The newest bedroom had belonged to my parents and had been put in around what had been the old back door, which now had a tiny hallway out to the yard and the door of their bedroom. I assumed, anyway. That’s the way it had been when I was fifteen.
As a kid, I’d always thought of our house as looming, its porch imposing and its dark windows—sometimes lit like a demon’s eyes, sometimes not—hollow.
Now, it just looked like a house. Weathered, but not uncared-for, the wood having aged to a greyish color and starting to splinter, but not to the point where it needed replacing. The shingles looked newer, maybe a handful of years old, and the steps leading up to the porch still had some of their blond-wood tone to them.
Except for where there were dark stains that my crime-scene-experienced brain knew immediately was blood.
“Are you—” Elliot began.
“She died on the porch,” I said, my words sounding oddly flat even to my own ears.

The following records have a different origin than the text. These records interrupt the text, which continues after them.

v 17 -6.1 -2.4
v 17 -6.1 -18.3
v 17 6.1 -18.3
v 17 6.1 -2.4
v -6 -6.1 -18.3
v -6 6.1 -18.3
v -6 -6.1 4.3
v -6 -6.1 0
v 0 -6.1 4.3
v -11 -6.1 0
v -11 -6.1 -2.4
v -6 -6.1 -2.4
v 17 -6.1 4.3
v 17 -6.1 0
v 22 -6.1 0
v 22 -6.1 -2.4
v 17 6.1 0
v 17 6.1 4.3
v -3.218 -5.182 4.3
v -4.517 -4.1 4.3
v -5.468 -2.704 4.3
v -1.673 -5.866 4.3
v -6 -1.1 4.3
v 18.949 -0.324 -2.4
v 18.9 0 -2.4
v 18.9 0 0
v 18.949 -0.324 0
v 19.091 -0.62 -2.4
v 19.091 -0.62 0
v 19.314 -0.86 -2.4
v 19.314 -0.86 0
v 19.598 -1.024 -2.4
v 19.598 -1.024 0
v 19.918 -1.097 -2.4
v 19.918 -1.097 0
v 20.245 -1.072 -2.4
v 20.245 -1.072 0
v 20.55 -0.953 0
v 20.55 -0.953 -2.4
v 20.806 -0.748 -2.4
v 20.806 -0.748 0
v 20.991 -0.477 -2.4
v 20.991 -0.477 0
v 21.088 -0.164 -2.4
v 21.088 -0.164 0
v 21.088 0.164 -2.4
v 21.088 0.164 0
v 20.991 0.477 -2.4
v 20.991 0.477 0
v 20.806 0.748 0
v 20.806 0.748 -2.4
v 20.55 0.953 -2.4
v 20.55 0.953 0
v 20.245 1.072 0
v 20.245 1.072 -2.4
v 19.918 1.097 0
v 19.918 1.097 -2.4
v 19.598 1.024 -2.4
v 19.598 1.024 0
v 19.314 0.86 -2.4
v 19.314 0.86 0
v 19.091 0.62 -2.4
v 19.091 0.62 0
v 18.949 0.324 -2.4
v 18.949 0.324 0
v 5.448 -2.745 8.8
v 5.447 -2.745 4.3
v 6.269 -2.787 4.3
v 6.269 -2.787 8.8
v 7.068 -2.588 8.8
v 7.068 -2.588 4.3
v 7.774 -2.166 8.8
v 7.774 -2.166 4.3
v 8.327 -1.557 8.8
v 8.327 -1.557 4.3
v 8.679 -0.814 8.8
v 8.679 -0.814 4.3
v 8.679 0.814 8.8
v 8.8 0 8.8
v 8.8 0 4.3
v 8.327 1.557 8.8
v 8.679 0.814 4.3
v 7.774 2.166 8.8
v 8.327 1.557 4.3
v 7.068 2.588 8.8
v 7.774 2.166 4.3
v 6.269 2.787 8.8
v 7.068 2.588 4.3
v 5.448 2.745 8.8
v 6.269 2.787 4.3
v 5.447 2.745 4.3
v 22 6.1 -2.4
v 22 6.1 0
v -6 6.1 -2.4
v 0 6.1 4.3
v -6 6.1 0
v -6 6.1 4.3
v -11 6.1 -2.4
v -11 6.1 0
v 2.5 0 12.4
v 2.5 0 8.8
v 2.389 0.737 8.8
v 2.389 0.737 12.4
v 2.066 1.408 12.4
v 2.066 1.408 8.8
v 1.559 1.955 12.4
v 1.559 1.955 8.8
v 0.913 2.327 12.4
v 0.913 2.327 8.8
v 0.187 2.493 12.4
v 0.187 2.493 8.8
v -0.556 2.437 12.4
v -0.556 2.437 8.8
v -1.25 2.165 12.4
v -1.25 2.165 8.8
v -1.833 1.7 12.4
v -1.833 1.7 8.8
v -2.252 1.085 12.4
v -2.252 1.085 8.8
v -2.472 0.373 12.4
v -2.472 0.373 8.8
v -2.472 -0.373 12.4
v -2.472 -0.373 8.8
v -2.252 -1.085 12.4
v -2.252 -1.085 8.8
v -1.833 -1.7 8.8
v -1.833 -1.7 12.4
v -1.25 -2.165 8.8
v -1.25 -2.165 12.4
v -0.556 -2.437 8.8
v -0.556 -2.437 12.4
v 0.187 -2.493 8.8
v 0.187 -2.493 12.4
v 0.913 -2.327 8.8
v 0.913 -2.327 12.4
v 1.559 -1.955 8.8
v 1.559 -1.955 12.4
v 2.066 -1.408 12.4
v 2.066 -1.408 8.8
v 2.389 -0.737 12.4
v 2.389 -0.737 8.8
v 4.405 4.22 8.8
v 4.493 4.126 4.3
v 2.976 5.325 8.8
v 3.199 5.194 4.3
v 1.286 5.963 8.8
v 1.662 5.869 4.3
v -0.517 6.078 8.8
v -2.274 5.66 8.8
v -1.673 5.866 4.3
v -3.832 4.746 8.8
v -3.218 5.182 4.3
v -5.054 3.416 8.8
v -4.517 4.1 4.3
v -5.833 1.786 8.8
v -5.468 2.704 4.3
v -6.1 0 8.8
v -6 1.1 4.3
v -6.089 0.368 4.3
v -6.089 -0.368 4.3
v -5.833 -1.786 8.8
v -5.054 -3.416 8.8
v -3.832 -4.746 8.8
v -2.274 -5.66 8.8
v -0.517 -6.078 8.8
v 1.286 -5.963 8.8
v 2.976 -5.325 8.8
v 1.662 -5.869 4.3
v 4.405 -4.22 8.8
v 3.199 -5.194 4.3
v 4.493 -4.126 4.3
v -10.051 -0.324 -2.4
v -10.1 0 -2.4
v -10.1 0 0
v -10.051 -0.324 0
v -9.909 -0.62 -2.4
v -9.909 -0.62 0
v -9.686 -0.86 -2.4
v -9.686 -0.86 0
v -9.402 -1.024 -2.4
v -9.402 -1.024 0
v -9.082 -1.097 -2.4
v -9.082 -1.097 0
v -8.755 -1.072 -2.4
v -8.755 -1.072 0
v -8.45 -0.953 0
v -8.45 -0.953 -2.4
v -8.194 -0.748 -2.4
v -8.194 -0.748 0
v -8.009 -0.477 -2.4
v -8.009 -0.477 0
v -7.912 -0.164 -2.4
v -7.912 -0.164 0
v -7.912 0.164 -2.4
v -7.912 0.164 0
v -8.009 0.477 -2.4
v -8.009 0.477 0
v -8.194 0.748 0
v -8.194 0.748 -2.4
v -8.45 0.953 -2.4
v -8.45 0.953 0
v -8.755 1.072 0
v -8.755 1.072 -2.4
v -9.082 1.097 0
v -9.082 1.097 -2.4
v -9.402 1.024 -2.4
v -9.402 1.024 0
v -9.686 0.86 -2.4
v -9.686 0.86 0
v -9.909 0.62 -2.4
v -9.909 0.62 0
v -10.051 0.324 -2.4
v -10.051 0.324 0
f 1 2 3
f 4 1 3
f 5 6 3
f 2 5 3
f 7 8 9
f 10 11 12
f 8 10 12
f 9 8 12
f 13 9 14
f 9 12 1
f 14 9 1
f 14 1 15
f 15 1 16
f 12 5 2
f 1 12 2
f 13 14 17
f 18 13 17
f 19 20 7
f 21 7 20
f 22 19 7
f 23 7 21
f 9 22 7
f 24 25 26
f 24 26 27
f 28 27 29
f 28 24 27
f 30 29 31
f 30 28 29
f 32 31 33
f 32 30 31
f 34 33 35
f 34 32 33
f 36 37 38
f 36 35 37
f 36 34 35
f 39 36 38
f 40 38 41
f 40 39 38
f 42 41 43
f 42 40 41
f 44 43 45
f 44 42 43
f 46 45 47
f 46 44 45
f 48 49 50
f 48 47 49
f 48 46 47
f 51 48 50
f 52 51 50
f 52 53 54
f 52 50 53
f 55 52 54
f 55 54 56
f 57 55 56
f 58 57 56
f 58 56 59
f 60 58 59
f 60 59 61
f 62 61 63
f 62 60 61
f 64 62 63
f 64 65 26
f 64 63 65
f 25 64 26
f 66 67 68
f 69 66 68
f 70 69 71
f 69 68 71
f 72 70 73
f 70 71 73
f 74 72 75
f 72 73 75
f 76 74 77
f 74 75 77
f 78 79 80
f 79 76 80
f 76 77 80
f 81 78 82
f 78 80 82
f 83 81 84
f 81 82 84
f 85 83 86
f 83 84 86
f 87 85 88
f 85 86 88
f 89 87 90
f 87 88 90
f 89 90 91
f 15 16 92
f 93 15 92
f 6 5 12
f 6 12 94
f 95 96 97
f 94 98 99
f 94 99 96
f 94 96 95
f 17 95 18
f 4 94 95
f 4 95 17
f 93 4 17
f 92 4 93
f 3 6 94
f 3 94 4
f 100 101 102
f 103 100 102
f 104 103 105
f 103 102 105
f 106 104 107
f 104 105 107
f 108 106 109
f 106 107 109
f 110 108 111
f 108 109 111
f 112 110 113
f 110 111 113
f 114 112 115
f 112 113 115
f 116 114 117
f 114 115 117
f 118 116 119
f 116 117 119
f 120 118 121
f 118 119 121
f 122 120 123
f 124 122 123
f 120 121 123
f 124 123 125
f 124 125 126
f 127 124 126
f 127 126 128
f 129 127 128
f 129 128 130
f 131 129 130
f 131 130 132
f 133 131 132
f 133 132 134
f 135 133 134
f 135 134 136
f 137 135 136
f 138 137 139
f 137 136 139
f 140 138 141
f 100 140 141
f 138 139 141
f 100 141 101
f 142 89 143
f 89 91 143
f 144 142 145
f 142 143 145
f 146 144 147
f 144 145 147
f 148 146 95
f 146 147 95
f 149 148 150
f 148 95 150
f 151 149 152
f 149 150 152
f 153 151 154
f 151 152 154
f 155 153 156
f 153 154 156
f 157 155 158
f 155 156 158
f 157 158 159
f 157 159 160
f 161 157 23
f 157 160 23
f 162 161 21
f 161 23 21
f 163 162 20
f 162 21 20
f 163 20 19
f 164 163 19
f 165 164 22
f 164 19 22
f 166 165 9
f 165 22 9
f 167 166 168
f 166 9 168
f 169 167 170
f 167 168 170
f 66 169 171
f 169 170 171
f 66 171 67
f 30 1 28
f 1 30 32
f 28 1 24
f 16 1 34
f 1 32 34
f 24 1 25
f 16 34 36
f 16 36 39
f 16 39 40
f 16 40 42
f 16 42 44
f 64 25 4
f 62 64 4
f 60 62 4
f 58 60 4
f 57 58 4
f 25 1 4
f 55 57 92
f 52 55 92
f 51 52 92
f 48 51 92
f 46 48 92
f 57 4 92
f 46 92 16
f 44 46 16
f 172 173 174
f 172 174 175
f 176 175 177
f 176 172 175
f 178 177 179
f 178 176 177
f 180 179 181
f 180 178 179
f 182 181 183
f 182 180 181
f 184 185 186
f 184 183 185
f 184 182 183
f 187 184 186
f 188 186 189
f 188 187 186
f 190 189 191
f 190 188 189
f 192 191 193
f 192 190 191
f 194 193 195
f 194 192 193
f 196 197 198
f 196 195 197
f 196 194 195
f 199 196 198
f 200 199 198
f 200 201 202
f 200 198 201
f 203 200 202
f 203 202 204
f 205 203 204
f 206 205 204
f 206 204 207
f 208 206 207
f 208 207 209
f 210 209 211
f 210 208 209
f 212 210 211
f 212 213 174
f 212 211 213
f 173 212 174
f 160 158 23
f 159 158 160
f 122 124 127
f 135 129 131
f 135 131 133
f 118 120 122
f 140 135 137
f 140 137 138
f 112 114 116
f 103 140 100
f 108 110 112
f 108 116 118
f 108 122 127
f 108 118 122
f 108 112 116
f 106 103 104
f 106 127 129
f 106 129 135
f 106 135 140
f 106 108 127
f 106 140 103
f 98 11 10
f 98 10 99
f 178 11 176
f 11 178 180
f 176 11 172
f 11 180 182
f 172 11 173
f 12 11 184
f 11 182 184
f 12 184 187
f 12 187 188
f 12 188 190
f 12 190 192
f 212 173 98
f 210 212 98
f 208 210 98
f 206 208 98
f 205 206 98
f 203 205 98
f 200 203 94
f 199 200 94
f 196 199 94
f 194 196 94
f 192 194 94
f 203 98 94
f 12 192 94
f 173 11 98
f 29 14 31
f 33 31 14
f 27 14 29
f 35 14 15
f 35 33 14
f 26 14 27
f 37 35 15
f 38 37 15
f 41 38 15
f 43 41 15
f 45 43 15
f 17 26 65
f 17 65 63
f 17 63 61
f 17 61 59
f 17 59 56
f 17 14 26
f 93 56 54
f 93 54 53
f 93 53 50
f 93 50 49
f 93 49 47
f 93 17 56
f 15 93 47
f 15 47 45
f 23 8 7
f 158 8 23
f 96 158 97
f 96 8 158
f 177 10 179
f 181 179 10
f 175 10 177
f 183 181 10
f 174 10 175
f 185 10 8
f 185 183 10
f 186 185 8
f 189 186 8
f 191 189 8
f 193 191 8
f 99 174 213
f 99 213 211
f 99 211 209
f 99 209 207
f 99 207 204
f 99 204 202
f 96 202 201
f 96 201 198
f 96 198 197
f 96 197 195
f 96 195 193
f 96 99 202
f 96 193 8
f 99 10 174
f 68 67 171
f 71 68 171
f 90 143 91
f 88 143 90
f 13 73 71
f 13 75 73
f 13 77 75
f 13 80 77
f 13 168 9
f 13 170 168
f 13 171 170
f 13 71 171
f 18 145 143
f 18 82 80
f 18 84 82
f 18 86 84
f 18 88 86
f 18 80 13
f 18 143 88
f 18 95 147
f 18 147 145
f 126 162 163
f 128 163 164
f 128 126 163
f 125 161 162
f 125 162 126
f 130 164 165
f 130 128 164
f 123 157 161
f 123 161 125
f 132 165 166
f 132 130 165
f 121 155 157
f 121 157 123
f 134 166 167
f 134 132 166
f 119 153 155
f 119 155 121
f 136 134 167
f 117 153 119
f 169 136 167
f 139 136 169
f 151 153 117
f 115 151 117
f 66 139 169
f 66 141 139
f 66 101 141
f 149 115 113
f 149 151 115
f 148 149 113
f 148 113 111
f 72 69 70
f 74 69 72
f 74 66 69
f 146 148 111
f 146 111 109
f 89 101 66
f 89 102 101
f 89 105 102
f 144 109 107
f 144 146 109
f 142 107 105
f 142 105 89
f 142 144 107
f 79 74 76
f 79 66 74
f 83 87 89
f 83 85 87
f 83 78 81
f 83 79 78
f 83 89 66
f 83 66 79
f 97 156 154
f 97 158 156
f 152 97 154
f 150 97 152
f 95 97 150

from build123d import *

# Parameters (mm, degrees)
CASE_CONSERVATIVE_PLAN_23X12P2_START     = -18.3
CASE_CONSERVATIVE_PLAN_23X12P2_PROFILE_W = 23
CASE_CONSERVATIVE_PLAN_23X12P2_PROFILE_H = 12.2
CASE_CONSERVATIVE_PLAN_23X12P2_DEPTH     = 22.6
MOUNTING_EARS_33X12P2_START              = -2.4
MOUNTING_EARS_33X12P2_PROFILE_W          = 33
MOUNTING_EARS_33X12P2_PROFILE_H          = 12.2
MOUNTING_EARS_33X12P2_DEPTH              = 2.4
RAISED_GEAR_COVER_ENVELOPE_START         = 4.3
RAISED_GEAR_COVER_ENVELOPE_PROFILE_R     = 6.1
RAISED_GEAR_COVER_ENVELOPE_DEPTH         = 4.5
SECONDARY_GEAR_COVER_ENVELOPE_START      = 4.3
SECONDARY_GEAR_COVER_ENVELOPE_PROFILE_R  = 2.8
SECONDARY_GEAR_COVER_ENVELOPE_DEPTH      = 4.5
OUTPUT_ENVELOPE_NOT_SPLINE_START         = 8.8
OUTPUT_ENVELOPE_NOT_SPLINE_PROFILE_R     = 2.5
OUTPUT_ENVELOPE_NOT_SPLINE_DEPTH         = 3.6
MOUNTING_HOLES_NOMINAL_START             = -50
MOUNTING_HOLES_NOMINAL_PROFILE_R         = 1.1
MOUNTING_HOLES_NOMINAL_DEPTH             = 80.259186592


with BuildPart() as part:
    # Case_conservative_plan_23x12p2_profile → Case_conservative_plan_23x12p2 (new body)
    with BuildSketch(Plane.XY.offset(CASE_CONSERVATIVE_PLAN_23X12P2_START)):
        with Locations((5.5, 0)):
            Rectangle(CASE_CONSERVATIVE_PLAN_23X12P2_PROFILE_W, CASE_CONSERVATIVE_PLAN_23X12P2_PROFILE_H)
    extrude(amount=CASE_CONSERVATIVE_PLAN_23X12P2_DEPTH)

    # Mounting_ears_33x12p2_profile → Mounting_ears_33x12p2 (add)
    with BuildSketch(Plane.XY.offset(MOUNTING_EARS_33X12P2_START)):
        with Locations((5.5, 0)):
            Rectangle(MOUNTING_EARS_33X12P2_PROFILE_W, MOUNTING_EARS_33X12P2_PROFILE_H)
    extrude(amount=MOUNTING_EARS_33X12P2_DEPTH)

    # Raised_gear_cover_envelope_profile → Raised_gear_cover_envelope (add)
    with BuildSketch(Plane.XY.offset(RAISED_GEAR_COVER_ENVELOPE_START)):
        with Locations(Location((0, 0, 0), (0, 0, 169.611142185))):
            Circle(RAISED_GEAR_COVER_ENVELOPE_PROFILE_R)
    extrude(amount=RAISED_GEAR_COVER_ENVELOPE_DEPTH)

    # Secondary_gear_cover_envelope_profile → Secondary_gear_cover_envelope (add)
    with BuildSketch(Plane.XY.offset(SECONDARY_GEAR_COVER_ENVELOPE_START)):
        with Locations((6, 0)):
            Circle(SECONDARY_GEAR_COVER_ENVELOPE_PROFILE_R)
    extrude(amount=SECONDARY_GEAR_COVER_ENVELOPE_DEPTH)

    # Output_envelope_not_spline_profile → Output_envelope_not_spline (add)
    with BuildSketch(Plane.XY.offset(OUTPUT_ENVELOPE_NOT_SPLINE_START)):
        Circle(OUTPUT_ENVELOPE_NOT_SPLINE_PROFILE_R)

“Yes,” Humbolt confirmed, walking over and looking in the direction I was facing.
“How do you know that?” Elliot asked.
“Blood on the stairs,” I replied, then forced my feet to walk in the direction of those same stairs.
“Seth—” Elliot hurried to catch up to me.
“What?” I asked him
“Are you sure this is a good idea?”
“No,” I replied. “But what else am I going to do?”
“I mean the…” He trailed off.
“Blood?”
“Yeah.”
“It might tell me more about what happened,” I replied.
He didn’t respond, but a glance over told me that his silence was one of agreement and resignation, not annoyance.
I stopped at the bottom of the stairs, pulling off my sunglasses to get a better look at the spatter pattern. In Richmond, we’d had a woman whose whole job was blood spatter and trajectories. Not in Shawano, so I’d done quite a bit of research into it because it bothered me that we’d only been guessing most of the time. Educated guessing, but still guessing.
Between spatter patterns and arson investigation and fire fighting, I’d learned a lot in the last year.
The stains on the stairs were the result of arterial spray mixed with spatter, most likely from her struggling against her attacker, and then smearing as the result of someone walking through or moving something through the blood and not being particularly careful about it.
I got close, very close. And then I saw one possible reason why they were so stuck on Noah—because I could see the outline of a wolf’s print in one of the smears of blood. If their CSI team was observant, they’d know that it was a wolf who had killed Momma. And, thanks to the Virginia shifter registry, they knew Noah was a wolf. They knew I was, too, but I had an alibi they couldn’t question, and Noah didn’t.
Shifter types ran in families.
So it was likely that if my theory about my father being a shifter was correct, he was also a wolf. Which meant that this print also fit with my theory that my father was a murderer.
“What did you find?” Elliot asked.
I pointed to it. “Wolf,” I replied.
“What’s a wolf?” Humbolt asked.
“Whatever walked through this blood,” I replied.
The lawyer bent down, his lips—visible because wasn’t wearing a mask outside—pursed as he studied the blood. “Where?”
I sketched the lines with my finger hovering over the dried blood smears.